Junto a Borges en 1983, en una charla en la casa de la poeta Ester de Izaguirre.

También, estos últimos tres años, estuvo trabajando en una novela “bastante autobiográfica” que terminó de escribir en 2020. Es la historia de dos amigas que vivieron en un pensionado de monjas para estudiantes, que se reencuentran de grandes y recuerdan aquellos años de juventud. El título es Antes que desaparezca y se va a publicar en septiembre.

-¿Tiene alguna rutina de escritura?

-Como persona, por definición, soy antirrutinaria en todos los aspectos de mi vida. Todos los días me siento en la máquina, pero puedo llegar a trabajar mucho un día y menos otro. También llevo dos o tres cosas simultáneas y voy rotando. Ahora estoy sola en casa, pero cuando estaba Abelardo (Castillo) y los dos escribíamos, los horarios se acompasaban perfectamente con el tema de la escritura: él era más nocturno, yo más diurna. Suelo escribir a la mañana, al mediodía. La noche en general me la guardo para leer o ver películas o series. Es diferente cuando tengo un libro muy empezado, entonces todos los días entro al texto y son varias horas que me quedo ahí, sin horario. No tengo una rutina. O mi rutina es no tener rutina.

-¿Cómo surgen las temáticas de sus obras?

-De todas partes. Puede ser que haya ciertos temas que guardaste, quizás te habían interesado en alguna oportunidad y no tuviste interés en ese momento en abordarlo o tenías otro. Los temas surgen de la manera más inesperada. En mi caso, casi siempre asociados con el tema del lenguaje.

La literatura me lleva a la literatura. Leo y hay algo que me despierta: una frase, alguna palabra. Son las ganas de escribir que te provocan ciertos escritores.

Determinados escritores, no todos. Y por otro lado, los temas circunstanciales: los sueños, la realidad completa de tu vida, los recuerdos. O algo que te pasó en la calle: una persona que viste y que inmediatamente te provoca pensarla como personaje; o súbitamente, historias inconclusas, que te gustaban por algún matiz. Los temas salen a cualquier hora, cualquier día, cualquier año.

-¿Quiénes son esos escritores que le despiertan las ganas de escribir?

-Tiene que ver con tu familia de escritores, la familia que uno se va haciendo a lo largo de la vida y que está en tu biblioteca. Hay autoras que a mí me mandan a escribir, como Virginia Woolf. El dominio que tiene del lenguaje siempre me asombra. Es un inglés que abarca todo, omnívoro, más allá de lo que esté contando en una novela en particular. Su relación con el lenguaje no tiene nada que ver con lo “intelectual”, sino con los recovecos de la realidad y del pensamiento a los que puede alcanzar. Hay escritores que son así. También William Faulkner tiene una relación con el lenguaje torrencial. Es lo que pasa con la poesía de Pablo Neruda, que puede escribirle poemas a todo. Hay como un exceso de dominio del lenguaje y eso a mí me motiva mucho. Pero puedo ir de ahí a la simplicidad aparente de Katherine Mansfield, a quien considero una maestra, o a la economía alucinante de Jorge Luis Borges.
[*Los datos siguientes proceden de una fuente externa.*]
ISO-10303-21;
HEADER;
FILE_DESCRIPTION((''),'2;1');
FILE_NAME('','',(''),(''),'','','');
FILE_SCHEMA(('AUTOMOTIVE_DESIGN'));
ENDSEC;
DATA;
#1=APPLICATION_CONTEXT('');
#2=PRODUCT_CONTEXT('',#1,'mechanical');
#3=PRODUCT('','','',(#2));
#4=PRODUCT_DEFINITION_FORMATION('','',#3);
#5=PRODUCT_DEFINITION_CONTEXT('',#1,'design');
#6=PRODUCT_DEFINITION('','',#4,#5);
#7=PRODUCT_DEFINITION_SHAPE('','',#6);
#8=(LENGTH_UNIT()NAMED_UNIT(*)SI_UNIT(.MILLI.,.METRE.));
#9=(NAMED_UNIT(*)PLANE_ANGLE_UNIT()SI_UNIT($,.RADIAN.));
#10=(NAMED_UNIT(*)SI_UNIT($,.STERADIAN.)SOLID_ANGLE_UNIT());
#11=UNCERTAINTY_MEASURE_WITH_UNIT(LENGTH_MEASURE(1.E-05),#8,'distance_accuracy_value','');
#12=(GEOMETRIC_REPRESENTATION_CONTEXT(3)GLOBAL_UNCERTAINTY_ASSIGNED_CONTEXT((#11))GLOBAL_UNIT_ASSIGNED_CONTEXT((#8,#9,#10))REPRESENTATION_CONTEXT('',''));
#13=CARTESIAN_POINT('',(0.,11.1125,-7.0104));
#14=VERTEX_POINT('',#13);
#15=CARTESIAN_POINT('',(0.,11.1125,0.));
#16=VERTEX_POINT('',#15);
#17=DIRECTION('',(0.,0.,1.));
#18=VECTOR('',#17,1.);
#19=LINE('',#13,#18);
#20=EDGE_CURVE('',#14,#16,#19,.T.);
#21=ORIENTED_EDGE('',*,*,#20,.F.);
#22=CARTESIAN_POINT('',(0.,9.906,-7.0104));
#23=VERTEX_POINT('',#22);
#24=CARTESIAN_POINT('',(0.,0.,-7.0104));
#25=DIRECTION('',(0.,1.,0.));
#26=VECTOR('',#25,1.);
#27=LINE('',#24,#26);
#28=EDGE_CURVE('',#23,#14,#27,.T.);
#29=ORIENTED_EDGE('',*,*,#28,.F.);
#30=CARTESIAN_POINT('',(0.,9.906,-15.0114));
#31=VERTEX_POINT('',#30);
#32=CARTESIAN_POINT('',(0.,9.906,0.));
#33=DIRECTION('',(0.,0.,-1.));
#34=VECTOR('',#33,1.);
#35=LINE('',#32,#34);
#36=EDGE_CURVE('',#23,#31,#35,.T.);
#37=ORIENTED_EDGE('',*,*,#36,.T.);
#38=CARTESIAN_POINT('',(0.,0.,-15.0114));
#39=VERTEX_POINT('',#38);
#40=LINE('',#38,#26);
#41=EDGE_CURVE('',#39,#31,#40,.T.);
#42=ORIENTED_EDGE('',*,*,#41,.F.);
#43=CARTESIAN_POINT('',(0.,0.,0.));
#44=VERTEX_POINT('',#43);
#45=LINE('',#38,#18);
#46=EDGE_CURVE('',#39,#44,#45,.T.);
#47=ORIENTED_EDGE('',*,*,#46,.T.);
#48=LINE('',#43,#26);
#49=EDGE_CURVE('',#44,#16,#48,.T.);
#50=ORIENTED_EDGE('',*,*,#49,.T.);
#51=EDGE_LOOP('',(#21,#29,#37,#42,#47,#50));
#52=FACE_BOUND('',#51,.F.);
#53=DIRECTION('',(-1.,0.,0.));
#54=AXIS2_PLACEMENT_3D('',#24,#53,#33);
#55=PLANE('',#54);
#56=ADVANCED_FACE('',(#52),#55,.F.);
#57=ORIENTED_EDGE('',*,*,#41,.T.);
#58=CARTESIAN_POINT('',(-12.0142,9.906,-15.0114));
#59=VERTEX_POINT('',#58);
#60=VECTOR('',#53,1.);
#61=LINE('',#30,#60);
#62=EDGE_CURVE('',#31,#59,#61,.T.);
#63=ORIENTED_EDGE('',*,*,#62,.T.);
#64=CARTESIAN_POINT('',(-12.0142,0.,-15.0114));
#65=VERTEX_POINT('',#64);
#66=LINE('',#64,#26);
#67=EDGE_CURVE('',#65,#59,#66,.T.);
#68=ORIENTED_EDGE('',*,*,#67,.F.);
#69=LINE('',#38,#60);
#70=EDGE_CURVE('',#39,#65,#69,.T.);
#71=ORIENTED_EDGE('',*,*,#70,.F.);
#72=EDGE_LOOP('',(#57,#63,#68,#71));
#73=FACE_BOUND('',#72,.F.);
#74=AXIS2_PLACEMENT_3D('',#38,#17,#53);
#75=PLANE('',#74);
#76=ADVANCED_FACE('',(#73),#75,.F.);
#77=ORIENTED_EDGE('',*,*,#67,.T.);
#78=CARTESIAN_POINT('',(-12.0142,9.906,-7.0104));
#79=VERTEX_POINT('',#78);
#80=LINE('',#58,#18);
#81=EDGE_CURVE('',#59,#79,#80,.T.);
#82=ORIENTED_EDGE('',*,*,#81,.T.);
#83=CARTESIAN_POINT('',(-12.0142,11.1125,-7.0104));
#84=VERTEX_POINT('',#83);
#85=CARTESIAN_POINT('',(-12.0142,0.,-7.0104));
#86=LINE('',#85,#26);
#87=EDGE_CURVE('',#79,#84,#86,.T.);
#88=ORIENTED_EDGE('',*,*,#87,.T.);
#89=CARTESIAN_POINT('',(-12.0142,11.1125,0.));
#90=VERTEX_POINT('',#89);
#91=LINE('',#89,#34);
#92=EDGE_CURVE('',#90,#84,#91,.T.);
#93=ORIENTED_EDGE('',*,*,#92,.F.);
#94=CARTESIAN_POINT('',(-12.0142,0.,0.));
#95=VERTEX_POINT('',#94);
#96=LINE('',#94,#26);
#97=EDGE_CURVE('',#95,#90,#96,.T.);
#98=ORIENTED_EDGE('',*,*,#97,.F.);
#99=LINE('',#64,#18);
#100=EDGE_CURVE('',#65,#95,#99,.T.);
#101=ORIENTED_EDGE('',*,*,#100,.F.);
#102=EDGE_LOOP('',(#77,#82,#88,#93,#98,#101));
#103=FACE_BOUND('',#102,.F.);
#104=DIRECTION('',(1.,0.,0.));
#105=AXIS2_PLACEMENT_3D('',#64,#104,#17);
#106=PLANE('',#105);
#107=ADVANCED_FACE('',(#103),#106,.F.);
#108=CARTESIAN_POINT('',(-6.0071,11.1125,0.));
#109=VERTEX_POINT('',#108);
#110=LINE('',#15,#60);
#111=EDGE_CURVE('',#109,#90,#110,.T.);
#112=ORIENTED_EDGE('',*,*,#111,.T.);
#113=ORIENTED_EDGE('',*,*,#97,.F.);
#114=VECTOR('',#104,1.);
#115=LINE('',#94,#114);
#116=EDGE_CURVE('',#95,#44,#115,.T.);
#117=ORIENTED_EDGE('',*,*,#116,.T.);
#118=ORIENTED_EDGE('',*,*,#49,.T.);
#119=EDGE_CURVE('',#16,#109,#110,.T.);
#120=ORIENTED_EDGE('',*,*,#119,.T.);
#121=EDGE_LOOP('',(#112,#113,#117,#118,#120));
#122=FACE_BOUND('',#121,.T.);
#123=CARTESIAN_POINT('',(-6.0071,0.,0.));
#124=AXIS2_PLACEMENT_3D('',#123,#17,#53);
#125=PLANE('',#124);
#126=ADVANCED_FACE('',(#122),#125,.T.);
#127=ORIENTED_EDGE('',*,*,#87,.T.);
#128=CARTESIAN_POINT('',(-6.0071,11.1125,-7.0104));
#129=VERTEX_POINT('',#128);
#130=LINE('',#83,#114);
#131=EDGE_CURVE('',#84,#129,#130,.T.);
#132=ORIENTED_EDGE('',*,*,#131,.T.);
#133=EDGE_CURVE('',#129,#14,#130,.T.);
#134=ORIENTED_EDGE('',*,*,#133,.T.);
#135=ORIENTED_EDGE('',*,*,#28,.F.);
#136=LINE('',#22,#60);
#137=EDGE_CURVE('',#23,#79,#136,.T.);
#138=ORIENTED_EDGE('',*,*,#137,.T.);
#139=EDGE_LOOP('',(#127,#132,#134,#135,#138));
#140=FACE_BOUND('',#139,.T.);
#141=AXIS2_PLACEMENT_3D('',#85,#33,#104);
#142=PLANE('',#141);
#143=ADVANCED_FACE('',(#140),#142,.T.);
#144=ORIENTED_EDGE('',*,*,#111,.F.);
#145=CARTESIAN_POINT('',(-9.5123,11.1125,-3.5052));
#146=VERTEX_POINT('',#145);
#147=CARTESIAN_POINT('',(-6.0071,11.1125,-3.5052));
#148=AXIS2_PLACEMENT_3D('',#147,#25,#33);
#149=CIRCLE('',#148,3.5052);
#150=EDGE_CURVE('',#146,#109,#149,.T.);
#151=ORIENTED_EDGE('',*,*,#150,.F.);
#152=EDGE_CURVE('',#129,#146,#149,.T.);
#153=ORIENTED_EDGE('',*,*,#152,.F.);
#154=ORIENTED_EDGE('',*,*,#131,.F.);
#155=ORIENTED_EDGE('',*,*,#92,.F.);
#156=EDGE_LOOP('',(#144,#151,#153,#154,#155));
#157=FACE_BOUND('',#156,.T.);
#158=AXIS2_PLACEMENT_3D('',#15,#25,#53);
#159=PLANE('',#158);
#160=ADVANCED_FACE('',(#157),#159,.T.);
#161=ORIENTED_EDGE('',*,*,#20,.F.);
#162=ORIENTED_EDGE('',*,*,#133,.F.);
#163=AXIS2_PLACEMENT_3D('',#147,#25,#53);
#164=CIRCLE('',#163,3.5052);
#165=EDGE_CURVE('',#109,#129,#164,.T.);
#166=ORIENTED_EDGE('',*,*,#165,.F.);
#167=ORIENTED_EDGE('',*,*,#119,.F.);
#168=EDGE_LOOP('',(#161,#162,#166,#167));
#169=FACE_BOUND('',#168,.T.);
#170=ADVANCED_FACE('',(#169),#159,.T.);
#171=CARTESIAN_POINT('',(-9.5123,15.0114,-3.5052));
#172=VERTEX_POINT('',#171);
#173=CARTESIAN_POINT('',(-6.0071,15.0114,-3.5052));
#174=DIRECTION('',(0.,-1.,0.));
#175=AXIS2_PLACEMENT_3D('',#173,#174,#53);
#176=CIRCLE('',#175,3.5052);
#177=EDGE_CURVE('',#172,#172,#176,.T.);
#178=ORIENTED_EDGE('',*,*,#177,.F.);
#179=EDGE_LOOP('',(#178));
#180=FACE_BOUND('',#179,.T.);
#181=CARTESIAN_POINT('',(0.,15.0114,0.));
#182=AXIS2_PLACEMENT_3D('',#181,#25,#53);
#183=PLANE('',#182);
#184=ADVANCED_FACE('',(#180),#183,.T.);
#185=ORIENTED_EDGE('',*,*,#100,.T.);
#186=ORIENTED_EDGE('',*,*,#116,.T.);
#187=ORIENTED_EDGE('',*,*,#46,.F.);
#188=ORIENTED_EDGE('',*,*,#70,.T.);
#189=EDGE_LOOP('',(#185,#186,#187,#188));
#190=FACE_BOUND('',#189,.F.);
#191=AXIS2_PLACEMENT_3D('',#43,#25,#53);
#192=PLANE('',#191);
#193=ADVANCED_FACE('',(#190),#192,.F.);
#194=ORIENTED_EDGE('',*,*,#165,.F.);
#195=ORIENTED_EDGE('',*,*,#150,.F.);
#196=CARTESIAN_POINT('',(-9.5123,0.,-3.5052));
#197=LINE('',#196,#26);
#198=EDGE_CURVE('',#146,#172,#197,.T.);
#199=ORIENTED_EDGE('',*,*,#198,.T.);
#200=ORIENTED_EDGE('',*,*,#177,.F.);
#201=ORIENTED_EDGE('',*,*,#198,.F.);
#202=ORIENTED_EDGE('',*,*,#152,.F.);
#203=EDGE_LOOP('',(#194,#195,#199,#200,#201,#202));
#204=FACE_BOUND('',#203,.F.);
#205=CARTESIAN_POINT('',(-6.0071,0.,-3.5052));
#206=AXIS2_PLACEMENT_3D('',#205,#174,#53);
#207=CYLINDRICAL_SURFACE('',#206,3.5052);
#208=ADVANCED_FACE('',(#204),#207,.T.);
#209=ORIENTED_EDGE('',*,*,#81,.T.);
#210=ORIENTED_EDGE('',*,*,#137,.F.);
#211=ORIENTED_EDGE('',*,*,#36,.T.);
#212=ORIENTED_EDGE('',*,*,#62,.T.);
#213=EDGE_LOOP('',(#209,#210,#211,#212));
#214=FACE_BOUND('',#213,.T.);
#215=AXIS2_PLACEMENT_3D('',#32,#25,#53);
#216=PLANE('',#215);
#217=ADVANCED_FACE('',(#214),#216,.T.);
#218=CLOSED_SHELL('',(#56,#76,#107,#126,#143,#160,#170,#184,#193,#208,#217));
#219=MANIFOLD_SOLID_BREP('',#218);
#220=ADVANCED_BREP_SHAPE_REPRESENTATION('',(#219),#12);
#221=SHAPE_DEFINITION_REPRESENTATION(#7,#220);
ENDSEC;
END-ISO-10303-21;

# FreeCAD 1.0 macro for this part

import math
import FreeCAD as App
import Part
import Sketcher
Q = App.Units.Quantity


def add_polygon(sketch, points):
    """Adds a closed chain of lines whose ends are joined by coincident constraints."""
    first, n = sketch.GeometryCount, len(points)
    for a, b in zip(points, points[1:] + points[:1]):
        sketch.addGeometry(Part.LineSegment(App.Vector(*a, 0), App.Vector(*b, 0)), False)
    for i in range(n):
        sketch.addConstraint(Sketcher.Constraint("Coincident", first + i, 2, first + (i + 1) % n, 1))

doc = App.newDocument("Part")
body = doc.addObject("PartDesign::Body", "Body")

# Sketch on XZ plane
sketch1 = body.newObject("Sketcher::SketchObject", "Sketch")
sketch1.AttachmentSupport = (doc.getObject("XZ_Plane"), [""])
sketch1.MapMode = "FlatFace"
add_polygon(sketch1, [(-12, -7), (0, -7), (0, -15), (-12, -15)])  # lines 0-3
sketch1.addConstraint([
    Sketcher.Constraint("Horizontal", 0),
    Sketcher.Constraint("Vertical", 1),
    Sketcher.Constraint("Horizontal", 2),
    Sketcher.Constraint("Vertical", 3),
    Sketcher.Constraint("PointOnObject", 0, 2, -2),
    Sketcher.Constraint("DistanceX", 0, 1, 0, 2, Q("0.473 in")),
    Sketcher.Constraint("DistanceY", 0, 2, -1, 1, Q("0.276 in")),
    Sketcher.Constraint("DistanceY", 1, 2, -1, 1, Q("0.591 in")),
])
pad1 = body.newObject("PartDesign::Pad", "Pad")
pad1.Profile = sketch1
pad1.Length = Q("0.39 in")
pad1.Reversed = True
No es una cuestión con un estilo, es una cuestión de cómo el lenguaje de un escritor puede dar cuenta de lo que quiere decir, contar. Y eso actúa como un disparador siempre.

-Son estilos diversos.

-Totalmente. Tengo gustos eclécticos en literatura, desde Truman Capote, que me fascina y para mí no pierde actualidad, y la literatura sureña norteamericana, que tiene narradores extraordinarios como Carson McCullers, Flannery O´Connor, Tennessee Williams, Faulkner; a las españolas Mercè Rodoreda o Ana María Matute; las inglesas, que me gustan mucho. Distintos tipos. También Sylvia Plath y una novela como La campana de cristal, creo que me gusta más como novelista que como poeta. Me gusta el sarcasmo, me gusta el humor y, a la vez, me gusta la angustia y la fuerza sin concesiones de Roberto Arlt. Son distintos lugares de la literatura adónde voy, distintos recorridos. Ahora estoy leyendo Carpe Diem, una novela de Saul Bellow que no había leído y estoy maravillada con la precisión con la que describe y hace actuar a su personaje. Así que puede venir de distintos lados, de distintos estilos, de distintas literaturas. Sin hablar de los rusos, que son una pasión constante.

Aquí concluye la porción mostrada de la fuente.